Saved data entries
= Beginning of Section =

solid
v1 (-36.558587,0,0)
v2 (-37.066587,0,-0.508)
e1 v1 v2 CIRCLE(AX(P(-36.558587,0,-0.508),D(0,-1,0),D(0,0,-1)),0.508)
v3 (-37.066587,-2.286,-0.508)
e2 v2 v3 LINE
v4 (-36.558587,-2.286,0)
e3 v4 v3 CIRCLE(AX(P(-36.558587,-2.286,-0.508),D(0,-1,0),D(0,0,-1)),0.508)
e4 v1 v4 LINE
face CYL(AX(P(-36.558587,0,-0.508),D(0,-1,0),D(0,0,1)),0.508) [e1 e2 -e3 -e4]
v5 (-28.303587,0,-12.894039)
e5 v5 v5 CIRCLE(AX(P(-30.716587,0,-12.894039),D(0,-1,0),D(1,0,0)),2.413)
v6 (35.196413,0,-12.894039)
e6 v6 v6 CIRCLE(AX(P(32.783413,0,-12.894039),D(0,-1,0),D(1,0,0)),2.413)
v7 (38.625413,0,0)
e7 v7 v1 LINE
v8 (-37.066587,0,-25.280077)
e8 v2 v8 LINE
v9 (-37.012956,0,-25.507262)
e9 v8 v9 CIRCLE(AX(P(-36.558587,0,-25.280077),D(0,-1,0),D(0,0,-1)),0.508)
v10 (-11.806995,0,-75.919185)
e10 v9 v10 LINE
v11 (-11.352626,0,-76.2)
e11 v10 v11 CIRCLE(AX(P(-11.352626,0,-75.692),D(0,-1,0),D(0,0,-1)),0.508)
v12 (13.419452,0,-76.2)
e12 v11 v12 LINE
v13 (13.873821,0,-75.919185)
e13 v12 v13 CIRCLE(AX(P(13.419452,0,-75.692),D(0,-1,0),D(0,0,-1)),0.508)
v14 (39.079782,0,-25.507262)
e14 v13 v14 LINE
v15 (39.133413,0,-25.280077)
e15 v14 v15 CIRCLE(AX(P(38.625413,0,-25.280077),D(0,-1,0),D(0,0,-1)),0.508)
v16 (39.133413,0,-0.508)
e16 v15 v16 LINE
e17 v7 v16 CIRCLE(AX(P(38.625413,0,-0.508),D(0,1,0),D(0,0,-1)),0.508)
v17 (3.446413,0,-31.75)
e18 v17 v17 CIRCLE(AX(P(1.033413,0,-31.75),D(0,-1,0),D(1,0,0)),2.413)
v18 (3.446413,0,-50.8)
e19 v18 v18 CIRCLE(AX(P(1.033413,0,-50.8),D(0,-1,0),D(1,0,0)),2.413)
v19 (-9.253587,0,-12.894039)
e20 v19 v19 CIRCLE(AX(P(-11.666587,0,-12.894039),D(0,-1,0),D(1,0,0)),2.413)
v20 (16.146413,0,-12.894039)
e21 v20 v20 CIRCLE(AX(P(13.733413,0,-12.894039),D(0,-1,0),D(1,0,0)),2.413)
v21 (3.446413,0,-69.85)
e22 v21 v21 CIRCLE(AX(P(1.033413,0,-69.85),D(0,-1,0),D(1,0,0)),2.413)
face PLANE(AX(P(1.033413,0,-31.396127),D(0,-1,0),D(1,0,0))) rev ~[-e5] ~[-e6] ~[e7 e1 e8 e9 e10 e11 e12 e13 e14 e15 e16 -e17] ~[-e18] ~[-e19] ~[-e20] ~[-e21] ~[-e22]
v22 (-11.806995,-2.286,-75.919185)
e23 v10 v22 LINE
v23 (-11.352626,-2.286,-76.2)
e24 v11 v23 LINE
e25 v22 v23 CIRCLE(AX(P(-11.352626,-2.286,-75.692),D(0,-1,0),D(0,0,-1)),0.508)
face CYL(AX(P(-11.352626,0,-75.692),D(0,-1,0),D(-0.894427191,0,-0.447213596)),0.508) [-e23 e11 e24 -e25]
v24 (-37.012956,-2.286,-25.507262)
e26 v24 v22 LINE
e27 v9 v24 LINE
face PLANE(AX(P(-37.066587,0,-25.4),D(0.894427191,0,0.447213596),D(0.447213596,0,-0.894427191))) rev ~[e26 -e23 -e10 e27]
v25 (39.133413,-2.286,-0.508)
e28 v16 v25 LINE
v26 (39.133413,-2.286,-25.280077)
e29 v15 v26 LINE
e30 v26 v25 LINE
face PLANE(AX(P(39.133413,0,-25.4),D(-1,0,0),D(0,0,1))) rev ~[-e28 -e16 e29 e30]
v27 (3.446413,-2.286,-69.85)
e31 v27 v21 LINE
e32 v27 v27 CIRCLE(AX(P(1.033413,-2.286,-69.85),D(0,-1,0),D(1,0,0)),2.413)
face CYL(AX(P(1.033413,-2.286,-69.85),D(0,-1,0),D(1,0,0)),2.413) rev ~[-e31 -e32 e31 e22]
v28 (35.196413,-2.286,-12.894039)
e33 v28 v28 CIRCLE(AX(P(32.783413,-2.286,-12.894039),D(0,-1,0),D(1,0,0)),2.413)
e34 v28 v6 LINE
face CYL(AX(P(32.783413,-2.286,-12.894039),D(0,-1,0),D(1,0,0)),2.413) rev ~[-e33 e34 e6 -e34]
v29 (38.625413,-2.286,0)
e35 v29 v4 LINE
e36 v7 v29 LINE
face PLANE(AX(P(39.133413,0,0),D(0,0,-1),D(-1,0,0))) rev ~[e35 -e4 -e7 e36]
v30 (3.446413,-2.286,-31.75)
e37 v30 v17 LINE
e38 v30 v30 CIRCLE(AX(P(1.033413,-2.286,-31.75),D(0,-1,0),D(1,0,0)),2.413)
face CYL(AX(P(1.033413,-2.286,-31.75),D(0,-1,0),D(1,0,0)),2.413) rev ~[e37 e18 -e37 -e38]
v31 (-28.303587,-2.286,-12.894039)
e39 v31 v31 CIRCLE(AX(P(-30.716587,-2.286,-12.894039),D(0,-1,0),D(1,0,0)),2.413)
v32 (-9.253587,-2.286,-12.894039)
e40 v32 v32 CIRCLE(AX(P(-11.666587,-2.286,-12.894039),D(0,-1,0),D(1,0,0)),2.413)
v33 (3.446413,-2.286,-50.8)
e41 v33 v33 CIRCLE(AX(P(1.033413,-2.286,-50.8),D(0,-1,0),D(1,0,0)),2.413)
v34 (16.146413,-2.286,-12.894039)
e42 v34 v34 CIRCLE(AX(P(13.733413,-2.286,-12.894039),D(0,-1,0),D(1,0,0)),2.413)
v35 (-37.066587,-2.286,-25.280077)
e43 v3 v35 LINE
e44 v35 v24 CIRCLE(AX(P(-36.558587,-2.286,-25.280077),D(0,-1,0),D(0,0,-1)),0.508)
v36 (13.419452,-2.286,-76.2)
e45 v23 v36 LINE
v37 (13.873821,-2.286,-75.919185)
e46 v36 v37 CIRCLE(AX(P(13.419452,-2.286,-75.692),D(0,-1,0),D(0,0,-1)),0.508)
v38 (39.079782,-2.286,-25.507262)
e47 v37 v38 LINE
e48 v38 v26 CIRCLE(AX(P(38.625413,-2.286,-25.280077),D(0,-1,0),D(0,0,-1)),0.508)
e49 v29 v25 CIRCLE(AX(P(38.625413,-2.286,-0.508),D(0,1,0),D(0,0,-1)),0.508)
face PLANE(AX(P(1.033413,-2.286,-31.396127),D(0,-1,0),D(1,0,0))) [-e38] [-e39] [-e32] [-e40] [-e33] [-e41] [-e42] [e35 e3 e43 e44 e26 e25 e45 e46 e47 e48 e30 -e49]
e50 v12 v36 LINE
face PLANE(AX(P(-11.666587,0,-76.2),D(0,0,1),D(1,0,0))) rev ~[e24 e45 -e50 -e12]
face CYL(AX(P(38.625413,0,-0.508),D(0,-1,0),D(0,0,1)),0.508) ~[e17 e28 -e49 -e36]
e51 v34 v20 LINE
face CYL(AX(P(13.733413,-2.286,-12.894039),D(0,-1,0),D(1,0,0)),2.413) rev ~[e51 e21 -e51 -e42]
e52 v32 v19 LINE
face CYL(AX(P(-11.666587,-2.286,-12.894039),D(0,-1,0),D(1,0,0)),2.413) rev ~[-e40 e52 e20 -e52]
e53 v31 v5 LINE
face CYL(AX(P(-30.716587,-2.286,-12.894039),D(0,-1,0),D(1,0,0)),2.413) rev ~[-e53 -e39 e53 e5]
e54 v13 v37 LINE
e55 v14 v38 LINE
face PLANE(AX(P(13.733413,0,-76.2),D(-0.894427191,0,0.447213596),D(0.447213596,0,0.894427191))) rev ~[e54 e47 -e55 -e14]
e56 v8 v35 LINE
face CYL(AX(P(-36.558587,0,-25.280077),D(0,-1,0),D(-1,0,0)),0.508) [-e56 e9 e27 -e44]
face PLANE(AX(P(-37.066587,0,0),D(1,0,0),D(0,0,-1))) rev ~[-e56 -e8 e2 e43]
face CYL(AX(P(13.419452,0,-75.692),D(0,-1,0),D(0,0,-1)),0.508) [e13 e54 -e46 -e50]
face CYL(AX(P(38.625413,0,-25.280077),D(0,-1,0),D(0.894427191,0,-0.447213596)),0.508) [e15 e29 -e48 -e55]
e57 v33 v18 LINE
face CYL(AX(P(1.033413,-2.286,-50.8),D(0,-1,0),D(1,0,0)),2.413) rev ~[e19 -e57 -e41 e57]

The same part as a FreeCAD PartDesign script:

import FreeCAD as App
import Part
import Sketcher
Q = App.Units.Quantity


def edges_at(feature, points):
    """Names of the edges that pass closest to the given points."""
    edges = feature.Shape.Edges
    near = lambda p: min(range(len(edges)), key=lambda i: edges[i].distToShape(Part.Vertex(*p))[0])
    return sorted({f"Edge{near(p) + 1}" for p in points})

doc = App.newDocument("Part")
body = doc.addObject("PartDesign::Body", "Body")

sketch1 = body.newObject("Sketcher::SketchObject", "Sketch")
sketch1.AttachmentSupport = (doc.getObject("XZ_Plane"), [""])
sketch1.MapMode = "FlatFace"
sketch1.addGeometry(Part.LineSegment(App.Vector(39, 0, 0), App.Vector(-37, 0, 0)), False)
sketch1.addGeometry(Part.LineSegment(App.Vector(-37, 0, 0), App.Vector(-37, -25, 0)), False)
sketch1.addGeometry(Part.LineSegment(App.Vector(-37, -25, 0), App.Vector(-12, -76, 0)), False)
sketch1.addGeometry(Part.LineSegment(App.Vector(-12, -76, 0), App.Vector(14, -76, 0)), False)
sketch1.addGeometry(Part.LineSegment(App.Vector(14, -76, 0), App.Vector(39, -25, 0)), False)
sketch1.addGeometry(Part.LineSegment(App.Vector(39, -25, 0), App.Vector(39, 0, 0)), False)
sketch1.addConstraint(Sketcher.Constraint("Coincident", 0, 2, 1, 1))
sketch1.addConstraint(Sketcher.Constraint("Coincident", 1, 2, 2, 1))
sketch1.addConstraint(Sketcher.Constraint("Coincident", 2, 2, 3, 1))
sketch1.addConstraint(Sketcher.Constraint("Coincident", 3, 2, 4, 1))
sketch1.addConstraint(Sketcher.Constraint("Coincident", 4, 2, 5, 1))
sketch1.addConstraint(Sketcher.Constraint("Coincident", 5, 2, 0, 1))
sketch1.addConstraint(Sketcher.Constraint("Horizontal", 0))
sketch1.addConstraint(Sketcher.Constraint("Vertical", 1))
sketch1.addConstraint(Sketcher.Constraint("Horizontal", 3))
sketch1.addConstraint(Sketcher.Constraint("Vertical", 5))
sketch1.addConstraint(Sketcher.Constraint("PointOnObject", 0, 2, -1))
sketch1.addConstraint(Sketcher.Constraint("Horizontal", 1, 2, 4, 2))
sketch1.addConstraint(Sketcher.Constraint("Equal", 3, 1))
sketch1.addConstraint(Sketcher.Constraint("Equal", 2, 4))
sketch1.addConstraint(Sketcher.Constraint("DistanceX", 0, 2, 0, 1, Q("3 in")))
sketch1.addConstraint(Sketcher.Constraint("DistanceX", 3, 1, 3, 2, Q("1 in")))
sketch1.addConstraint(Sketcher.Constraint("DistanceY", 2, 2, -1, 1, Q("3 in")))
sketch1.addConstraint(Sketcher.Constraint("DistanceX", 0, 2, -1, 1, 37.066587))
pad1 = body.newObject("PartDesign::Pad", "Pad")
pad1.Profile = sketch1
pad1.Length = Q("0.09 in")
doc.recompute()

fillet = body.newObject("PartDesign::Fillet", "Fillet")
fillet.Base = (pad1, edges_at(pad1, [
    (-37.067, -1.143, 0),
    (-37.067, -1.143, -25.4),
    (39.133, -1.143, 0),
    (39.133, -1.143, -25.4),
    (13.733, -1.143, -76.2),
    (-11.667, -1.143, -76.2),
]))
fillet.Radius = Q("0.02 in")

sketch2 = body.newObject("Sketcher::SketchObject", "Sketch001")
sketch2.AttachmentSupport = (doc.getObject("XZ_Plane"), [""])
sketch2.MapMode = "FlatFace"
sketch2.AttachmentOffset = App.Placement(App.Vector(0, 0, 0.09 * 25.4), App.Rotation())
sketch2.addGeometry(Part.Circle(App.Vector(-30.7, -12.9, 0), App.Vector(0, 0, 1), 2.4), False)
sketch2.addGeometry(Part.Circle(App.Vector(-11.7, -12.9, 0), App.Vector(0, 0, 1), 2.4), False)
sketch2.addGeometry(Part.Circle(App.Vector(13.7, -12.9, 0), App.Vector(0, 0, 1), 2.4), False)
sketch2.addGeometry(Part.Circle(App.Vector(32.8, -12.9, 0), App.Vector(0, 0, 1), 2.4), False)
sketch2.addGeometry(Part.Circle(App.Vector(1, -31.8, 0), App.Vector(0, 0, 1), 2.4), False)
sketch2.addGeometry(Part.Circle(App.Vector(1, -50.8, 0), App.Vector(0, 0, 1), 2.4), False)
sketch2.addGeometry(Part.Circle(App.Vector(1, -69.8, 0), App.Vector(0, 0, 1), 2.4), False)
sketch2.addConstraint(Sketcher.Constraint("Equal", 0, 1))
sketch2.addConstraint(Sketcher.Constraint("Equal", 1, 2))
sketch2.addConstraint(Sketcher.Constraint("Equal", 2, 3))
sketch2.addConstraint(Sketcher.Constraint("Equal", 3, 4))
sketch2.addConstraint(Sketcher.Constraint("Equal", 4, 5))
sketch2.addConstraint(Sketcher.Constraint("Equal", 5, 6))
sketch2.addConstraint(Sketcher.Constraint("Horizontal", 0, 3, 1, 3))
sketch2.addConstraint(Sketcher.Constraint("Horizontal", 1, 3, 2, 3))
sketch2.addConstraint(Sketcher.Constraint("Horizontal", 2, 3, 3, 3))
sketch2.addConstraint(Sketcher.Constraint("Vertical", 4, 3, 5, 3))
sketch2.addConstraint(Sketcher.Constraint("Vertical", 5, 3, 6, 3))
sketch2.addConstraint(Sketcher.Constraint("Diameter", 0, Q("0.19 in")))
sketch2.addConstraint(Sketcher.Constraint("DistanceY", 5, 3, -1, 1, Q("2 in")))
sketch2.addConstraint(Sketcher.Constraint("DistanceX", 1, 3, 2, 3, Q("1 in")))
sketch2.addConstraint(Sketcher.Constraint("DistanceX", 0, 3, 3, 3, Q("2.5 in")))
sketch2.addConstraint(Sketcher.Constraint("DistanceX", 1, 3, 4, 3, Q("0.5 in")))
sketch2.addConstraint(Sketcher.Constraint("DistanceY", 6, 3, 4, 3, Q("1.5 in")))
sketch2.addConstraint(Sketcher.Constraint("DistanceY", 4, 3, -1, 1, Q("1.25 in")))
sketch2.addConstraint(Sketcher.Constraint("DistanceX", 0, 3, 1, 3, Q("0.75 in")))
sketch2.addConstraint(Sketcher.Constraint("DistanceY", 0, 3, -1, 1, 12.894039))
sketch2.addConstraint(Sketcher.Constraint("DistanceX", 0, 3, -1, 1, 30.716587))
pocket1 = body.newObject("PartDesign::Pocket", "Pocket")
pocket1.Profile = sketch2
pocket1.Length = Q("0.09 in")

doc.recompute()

= End of Section =

## Work item
Copy the entries above exactly, but only from the line holding "e32 v27 v27" through the line holding "e36 v7 v29 LINE", both included.

## Response
e32 v27 v27 CIRCLE(AX(P(1.033413,-2.286,-69.85),D(0,-1,0),D(1,0,0)),2.413)
face CYL(AX(P(1.033413,-2.286,-69.85),D(0,-1,0),D(1,0,0)),2.413) rev ~[-e31 -e32 e31 e22]
v28 (35.196413,-2.286,-12.894039)
e33 v28 v28 CIRCLE(AX(P(32.783413,-2.286,-12.894039),D(0,-1,0),D(1,0,0)),2.413)
e34 v28 v6 LINE
face CYL(AX(P(32.783413,-2.286,-12.894039),D(0,-1,0),D(1,0,0)),2.413) rev ~[-e33 e34 e6 -e34]
v29 (38.625413,-2.286,0)
e35 v29 v4 LINE
e36 v7 v29 LINE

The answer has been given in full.